* **Brief**: The first line of the entries through the line bearing "# Sketch2 → Boss-Extrude1 (new body)": copy these lines exactly and return nothing else.

Collected data entries
__________
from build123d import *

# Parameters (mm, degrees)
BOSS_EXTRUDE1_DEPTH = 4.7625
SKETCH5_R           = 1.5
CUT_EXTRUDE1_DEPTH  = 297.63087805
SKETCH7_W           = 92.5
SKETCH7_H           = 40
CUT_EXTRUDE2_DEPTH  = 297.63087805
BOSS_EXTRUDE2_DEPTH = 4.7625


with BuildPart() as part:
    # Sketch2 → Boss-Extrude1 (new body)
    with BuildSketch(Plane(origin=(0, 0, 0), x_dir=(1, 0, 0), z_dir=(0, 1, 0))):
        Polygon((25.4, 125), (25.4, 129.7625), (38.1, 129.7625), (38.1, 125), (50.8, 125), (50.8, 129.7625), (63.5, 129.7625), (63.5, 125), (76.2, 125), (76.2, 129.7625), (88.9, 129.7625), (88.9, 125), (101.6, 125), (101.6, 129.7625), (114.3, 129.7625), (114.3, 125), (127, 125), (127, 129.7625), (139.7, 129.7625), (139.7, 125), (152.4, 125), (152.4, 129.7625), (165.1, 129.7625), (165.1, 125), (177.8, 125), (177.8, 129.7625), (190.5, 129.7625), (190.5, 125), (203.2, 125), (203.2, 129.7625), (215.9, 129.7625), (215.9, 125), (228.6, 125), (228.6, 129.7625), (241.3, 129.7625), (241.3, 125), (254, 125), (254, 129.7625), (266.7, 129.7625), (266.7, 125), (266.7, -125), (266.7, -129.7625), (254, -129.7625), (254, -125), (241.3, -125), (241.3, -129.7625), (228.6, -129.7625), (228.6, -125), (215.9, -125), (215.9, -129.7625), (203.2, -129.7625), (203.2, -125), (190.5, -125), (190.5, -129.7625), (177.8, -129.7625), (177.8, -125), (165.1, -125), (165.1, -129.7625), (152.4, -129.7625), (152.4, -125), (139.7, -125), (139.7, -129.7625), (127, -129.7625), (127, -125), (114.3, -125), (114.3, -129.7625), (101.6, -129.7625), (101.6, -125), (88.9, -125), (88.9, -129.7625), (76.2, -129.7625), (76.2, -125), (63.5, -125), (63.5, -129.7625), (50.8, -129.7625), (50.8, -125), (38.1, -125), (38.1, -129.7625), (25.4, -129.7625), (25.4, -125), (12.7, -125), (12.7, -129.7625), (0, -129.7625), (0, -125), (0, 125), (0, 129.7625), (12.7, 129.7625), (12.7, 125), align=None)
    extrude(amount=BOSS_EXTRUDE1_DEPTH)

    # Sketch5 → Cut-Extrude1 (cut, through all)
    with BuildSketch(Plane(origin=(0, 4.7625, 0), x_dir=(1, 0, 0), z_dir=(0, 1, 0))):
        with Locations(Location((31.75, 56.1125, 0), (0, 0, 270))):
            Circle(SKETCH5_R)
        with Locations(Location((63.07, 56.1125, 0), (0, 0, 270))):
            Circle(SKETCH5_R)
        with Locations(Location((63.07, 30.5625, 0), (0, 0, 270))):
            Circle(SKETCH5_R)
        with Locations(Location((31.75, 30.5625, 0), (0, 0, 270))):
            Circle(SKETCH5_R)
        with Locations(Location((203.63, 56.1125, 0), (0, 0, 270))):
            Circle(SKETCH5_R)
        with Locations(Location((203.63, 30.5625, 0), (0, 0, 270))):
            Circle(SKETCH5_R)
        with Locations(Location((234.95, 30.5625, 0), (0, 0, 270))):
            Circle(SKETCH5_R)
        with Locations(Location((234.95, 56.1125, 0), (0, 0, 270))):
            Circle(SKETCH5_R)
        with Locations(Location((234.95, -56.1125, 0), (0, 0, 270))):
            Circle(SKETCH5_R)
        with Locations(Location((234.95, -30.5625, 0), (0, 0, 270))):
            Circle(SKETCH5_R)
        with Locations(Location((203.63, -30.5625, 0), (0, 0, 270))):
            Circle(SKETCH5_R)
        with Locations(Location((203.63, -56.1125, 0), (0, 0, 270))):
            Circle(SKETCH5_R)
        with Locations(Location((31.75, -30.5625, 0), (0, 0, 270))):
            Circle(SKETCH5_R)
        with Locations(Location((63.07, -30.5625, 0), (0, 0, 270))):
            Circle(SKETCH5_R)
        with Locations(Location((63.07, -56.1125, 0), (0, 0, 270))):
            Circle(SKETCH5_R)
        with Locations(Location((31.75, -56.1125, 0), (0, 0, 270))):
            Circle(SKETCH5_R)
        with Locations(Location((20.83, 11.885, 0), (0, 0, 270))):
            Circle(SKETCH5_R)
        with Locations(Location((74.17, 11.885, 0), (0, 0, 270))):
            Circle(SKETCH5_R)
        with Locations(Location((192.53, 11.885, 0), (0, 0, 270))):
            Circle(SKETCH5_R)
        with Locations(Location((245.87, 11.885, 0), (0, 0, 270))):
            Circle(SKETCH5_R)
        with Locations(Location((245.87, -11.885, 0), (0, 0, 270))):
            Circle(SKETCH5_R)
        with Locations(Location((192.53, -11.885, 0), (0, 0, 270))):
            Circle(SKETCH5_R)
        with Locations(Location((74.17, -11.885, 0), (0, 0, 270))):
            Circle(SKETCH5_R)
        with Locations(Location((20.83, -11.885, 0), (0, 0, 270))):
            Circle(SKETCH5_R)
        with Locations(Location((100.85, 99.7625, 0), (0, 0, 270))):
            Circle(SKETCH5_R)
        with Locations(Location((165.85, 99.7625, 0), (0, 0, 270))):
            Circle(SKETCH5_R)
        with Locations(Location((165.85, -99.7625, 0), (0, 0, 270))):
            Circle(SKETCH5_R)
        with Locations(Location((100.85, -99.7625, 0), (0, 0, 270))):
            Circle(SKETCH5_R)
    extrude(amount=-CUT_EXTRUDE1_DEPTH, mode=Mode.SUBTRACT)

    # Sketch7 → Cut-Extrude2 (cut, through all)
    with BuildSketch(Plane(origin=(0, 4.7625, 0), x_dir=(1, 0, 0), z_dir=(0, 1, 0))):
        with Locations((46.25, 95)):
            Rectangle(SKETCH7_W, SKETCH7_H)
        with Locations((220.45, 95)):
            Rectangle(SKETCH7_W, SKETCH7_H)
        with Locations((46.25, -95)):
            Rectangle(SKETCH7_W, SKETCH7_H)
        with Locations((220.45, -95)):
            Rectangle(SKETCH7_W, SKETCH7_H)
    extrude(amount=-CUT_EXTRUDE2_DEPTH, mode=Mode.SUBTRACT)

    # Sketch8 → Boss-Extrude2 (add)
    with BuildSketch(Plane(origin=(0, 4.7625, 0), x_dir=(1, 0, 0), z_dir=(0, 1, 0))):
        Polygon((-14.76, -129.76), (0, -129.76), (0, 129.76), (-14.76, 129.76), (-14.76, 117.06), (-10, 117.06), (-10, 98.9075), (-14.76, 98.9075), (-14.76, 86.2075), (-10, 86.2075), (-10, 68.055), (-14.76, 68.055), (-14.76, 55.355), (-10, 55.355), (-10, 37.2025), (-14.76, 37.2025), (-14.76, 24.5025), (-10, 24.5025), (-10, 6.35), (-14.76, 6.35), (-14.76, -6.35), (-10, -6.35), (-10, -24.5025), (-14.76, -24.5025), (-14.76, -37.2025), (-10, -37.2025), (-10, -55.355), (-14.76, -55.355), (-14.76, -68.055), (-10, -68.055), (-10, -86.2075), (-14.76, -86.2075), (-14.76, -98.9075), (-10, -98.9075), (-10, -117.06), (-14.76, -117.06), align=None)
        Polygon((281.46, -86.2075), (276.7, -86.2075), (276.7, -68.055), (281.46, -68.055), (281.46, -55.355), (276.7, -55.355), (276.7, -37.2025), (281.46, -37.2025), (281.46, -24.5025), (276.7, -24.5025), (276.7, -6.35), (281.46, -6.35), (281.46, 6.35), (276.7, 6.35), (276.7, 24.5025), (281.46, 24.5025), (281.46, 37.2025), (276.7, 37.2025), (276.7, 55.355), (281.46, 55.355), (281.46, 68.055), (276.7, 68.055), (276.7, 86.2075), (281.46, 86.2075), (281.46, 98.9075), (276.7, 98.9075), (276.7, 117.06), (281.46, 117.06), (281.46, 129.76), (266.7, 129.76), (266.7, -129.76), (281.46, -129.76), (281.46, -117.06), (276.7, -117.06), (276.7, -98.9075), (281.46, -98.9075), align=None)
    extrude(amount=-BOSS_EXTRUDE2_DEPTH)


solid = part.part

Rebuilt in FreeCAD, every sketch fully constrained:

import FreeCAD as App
import Part
import Sketcher

V = App.Vector


def add_polygon(sketch, points):
    """Adds a closed chain of lines whose ends are joined by coincident constraints."""
    first, n = sketch.GeometryCount, len(points)
    for a, b in zip(points, points[1:] + points[:1]):
        sketch.addGeometry(Part.LineSegment(App.Vector(*a, 0), App.Vector(*b, 0)), False)
    for i in range(n):
        sketch.addConstraint(Sketcher.Constraint("Coincident", first + i, 2, first + (i + 1) % n, 1))

doc = App.newDocument("Part")
body = doc.addObject("PartDesign::Body", "Body")

# Sketch on XZ plane
sketch1 = body.newObject("Sketcher::SketchObject", "Sketch")
sketch1.AttachmentSupport = (doc.getObject("XZ_Plane"), [""])
sketch1.MapMode = "FlatFace"
add_polygon(sketch1, [(25.4, -129.8), (25.4, -125), (12.7, -125), (12.7, -129.8), (0, -129.8), (0, 129.8), (12.7, 129.8), (12.7, 125), (25.4, 125), (25.4, 129.8), (38.1, 129.8), (38.1, 125), (50.8, 125), (50.8, 129.8), (63.5, 129.8), (63.5, 125), (76.2, 125), (76.2, 129.8), (88.9, 129.8), (88.9, 125), (101.6, 125), (101.6, 129.8), (114.3, 129.8), (114.3, 125), (127, 125), (127, 129.8), (139.7, 129.8), (139.7, 125), (152.4, 125), (152.4, 129.8), (165.1, 129.8), (165.1, 125), (177.8, 125), (177.8, 129.8), (190.5, 129.8), (190.5, 125), (203.2, 125), (203.2, 129.8), (215.9, 129.8), (215.9, 125), (228.6, 125), (228.6, 129.8), (241.3, 129.8), (241.3, 125), (254, 125), (254, 129.8), (266.7, 129.8), (266.7, -129.8), (254, -129.8), (254, -125), (241.3, -125), (241.3, -129.8), (228.6, -129.8), (228.6, -125), (215.9, -125), (215.9, -129.8), (203.2, -129.8), (203.2, -125), (190.5, -125), (190.5, -129.8), (177.8, -129.8), (177.8, -125), (165.1, -125), (165.1, -129.8), (152.4, -129.8), (152.4, -125), (139.7, -125), (139.7, -129.8), (127, -129.8), (127, -125), (114.3, -125), (114.3, -129.8), (101.6, -129.8), (101.6, -125), (88.9, -125), (88.9, -129.8), (76.2, -129.8), (76.2, -125), (63.5, -125), (63.5, -129.8), (50.8, -129.8), (50.8, -125), (38.1, -125), (38.1, -129.8)])  # lines 0-83
sketch1.addConstraint(Sketcher.Constraint("Vertical", 0))
sketch1.addConstraint(Sketcher.Constraint("Horizontal", 1))
sketch1.addConstraint(Sketcher.Constraint("Vertical", 2))
sketch1.addConstraint(Sketcher.Constraint("Horizontal", 3))
sketch1.addConstraint(Sketcher.Constraint("Vertical", 4))
sketch1.addConstraint(Sketcher.Constraint("Horizontal", 5))
sketch1.addConstraint(Sketcher.Constraint("Vertical", 6))
sketch1.addConstraint(Sketcher.Constraint("Horizontal", 7))
sketch1.addConstraint(Sketcher.Constraint("Vertical", 8))
sketch1.addConstraint(Sketcher.Constraint("Horizontal", 9))
sketch1.addConstraint(Sketcher.Constraint("Vertical", 10))
sketch1.addConstraint(Sketcher.Constraint("Horizontal", 11))
sketch1.addConstraint(Sketcher.Constraint("Vertical", 12))
sketch1.addConstraint(Sketcher.Constraint("Horizontal", 13))
sketch1.addConstraint(Sketcher.Constraint("Vertical", 14))
sketch1.addConstraint(Sketcher.Constraint("Horizontal", 15))
sketch1.addConstraint(Sketcher.Constraint("Vertical", 16))
sketch1.addConstraint(Sketcher.Constraint("Horizontal", 17))
sketch1.addConstraint(Sketcher.Constraint("Vertical", 18))
sketch1.addConstraint(Sketcher.Constraint("Horizontal", 19))
sketch1.addConstraint(Sketcher.Constraint("Vertical", 20))
sketch1.addConstraint(Sketcher.Constraint("Horizontal", 21))
sketch1.addConstraint(Sketcher.Constraint("Vertical", 22))
sketch1.addConstraint(Sketcher.Constraint("Horizontal", 23))
sketch1.addConstraint(Sketcher.Constraint("Vertical", 24))
sketch1.addConstraint(Sketcher.Constraint("Horizontal", 25))
sketch1.addConstraint(Sketcher.Constraint("Vertical", 26))
sketch1.addConstraint(Sketcher.Constraint("Horizontal", 27))
sketch1.addConstraint(Sketcher.Constraint("Vertical", 28))
sketch1.addConstraint(Sketcher.Constraint("Horizontal", 29))
sketch1.addConstraint(Sketcher.Constraint("Vertical", 30))
sketch1.addConstraint(Sketcher.Constraint("Horizontal", 31))
sketch1.addConstraint(Sketcher.Constraint("Vertical", 32))
sketch1.addConstraint(Sketcher.Constraint("Horizontal", 33))
sketch1.addConstraint(Sketcher.Constraint("Vertical", 34))
sketch1.addConstraint(Sketcher.Constraint("Horizontal", 35))
sketch1.addConstraint(Sketcher.Constraint("Vertical", 36))
sketch1.addConstraint(Sketcher.Constraint("Horizontal", 37))
sketch1.addConstraint(Sketcher.Constraint("Vertical", 38))
sketch1.addConstraint(Sketcher.Constraint("Horizontal", 39))
sketch1.addConstraint(Sketcher.Constraint("Vertical", 40))
sketch1.addConstraint(Sketcher.Constraint("Horizontal", 41))
sketch1.addConstraint(Sketcher.Constraint("Vertical", 42))
sketch1.addConstraint(Sketcher.Constraint("Horizontal", 43))
sketch1.addConstraint(Sketcher.Constraint("Vertical", 44))
sketch1.addConstraint(Sketcher.Constraint("Horizontal", 45))
sketch1.addConstraint(Sketcher.Constraint("Vertical", 46))
sketch1.addConstraint(Sketcher.Constraint("Horizontal", 47))
sketch1.addConstraint(Sketcher.Constraint("Vertical", 48))
sketch1.addConstraint(Sketcher.Constraint("Horizontal", 49))
sketch1.addConstraint(Sketcher.Constraint("Vertical", 50))
sketch1.addConstraint(Sketcher.Constraint("Horizontal", 51))
sketch1.addConstraint(Sketcher.Constraint("Vertical", 52))
sketch1.addConstraint(Sketcher.Constraint("Horizontal", 53))
sketch1.addConstraint(Sketcher.Constraint("Vertical", 54))
sketch1.addConstraint(Sketcher.Constraint("Horizontal", 55))
sketch1.addConstraint(Sketcher.Constraint("Vertical", 56))
sketch1.addConstraint(Sketcher.Constraint("Horizontal", 57))
sketch1.addConstraint(Sketcher.Constraint("Vertical", 58))
sketch1.addConstraint(Sketcher.Constraint("Horizontal", 59))
sketch1.addConstraint(Sketcher.Constraint("Vertical", 60))
sketch1.addConstraint(Sketcher.Constraint("Horizontal", 61))
sketch1.addConstraint(Sketcher.Constraint("Vertical", 62))
sketch1.addConstraint(Sketcher.Constraint("Horizontal", 63))
sketch1.addConstraint(Sketcher.Constraint("Vertical", 64))
sketch1.addConstraint(Sketcher.Constraint("Horizontal", 65))
sketch1.addConstraint(Sketcher.Constraint("Vertical", 66))
sketch1.addConstraint(Sketcher.Constraint("Horizontal", 67))
sketch1.addConstraint(Sketcher.Constraint("Vertical", 68))
sketch1.addConstraint(Sketcher.Constraint("Horizontal", 69))
sketch1.addConstraint(Sketcher.Constraint("Vertical", 70))
sketch1.addConstraint(Sketcher.Constraint("Horizontal", 71))
sketch1.addConstraint(Sketcher.Constraint("Vertical", 72))
sketch1.addConstraint(Sketcher.Constraint("Horizontal", 73))
sketch1.addConstraint(Sketcher.Constraint("Vertical", 74))
sketch1.addConstraint(Sketcher.Constraint("Horizontal", 75))
sketch1.addConstraint(Sketcher.Constraint("Vertical", 76))
sketch1.addConstraint(Sketcher.Constraint("Horizontal", 77))
sketch1.addConstraint(Sketcher.Constraint("Vertical", 78))
sketch1.addConstraint(Sketcher.Constraint("Horizontal", 79))
sketch1.addConstraint(Sketcher.Constraint("Vertical", 80))
sketch1.addConstraint(Sketcher.Constraint("Horizontal", 81))
sketch1.addConstraint(Sketcher.Constraint("Vertical", 82))
sketch1.addConstraint(Sketcher.Constraint("Horizontal", 83))
sketch1.addConstraint(Sketcher.Constraint("Symmetric", 3, 2, 4, 2, -1, 1))
sketch1.addConstraint(Sketcher.Constraint("Symmetric", 1, 2, 6, 2, -1))
sketch1.addConstraint(Sketcher.Constraint("Symmetric", 44, 2, 47, 2, -1))
sketch1.addConstraint(Sketcher.Constraint("Symmetric", 42, 2, 49, 2, -1))
sketch1.addConstraint(Sketcher.Constraint("Symmetric", 40, 2, 51, 2, -1))
sketch1.addConstraint(Sketcher.Constraint("Symmetric", 38, 2, 53, 2, -1))
sketch1.addConstraint(Sketcher.Constraint("Symmetric", 36, 2, 55, 2, -1))
sketch1.addConstraint(Sketcher.Constraint("Symmetric", 34, 2, 57, 2, -1))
__________
* **Final answer**:
from build123d import *

# Parameters (mm, degrees)
BOSS_EXTRUDE1_DEPTH = 4.7625
SKETCH5_R           = 1.5
CUT_EXTRUDE1_DEPTH  = 297.63087805
SKETCH7_W           = 92.5
SKETCH7_H           = 40
CUT_EXTRUDE2_DEPTH  = 297.63087805
BOSS_EXTRUDE2_DEPTH = 4.7625


with BuildPart() as part:
    # Sketch2 → Boss-Extrude1 (new body)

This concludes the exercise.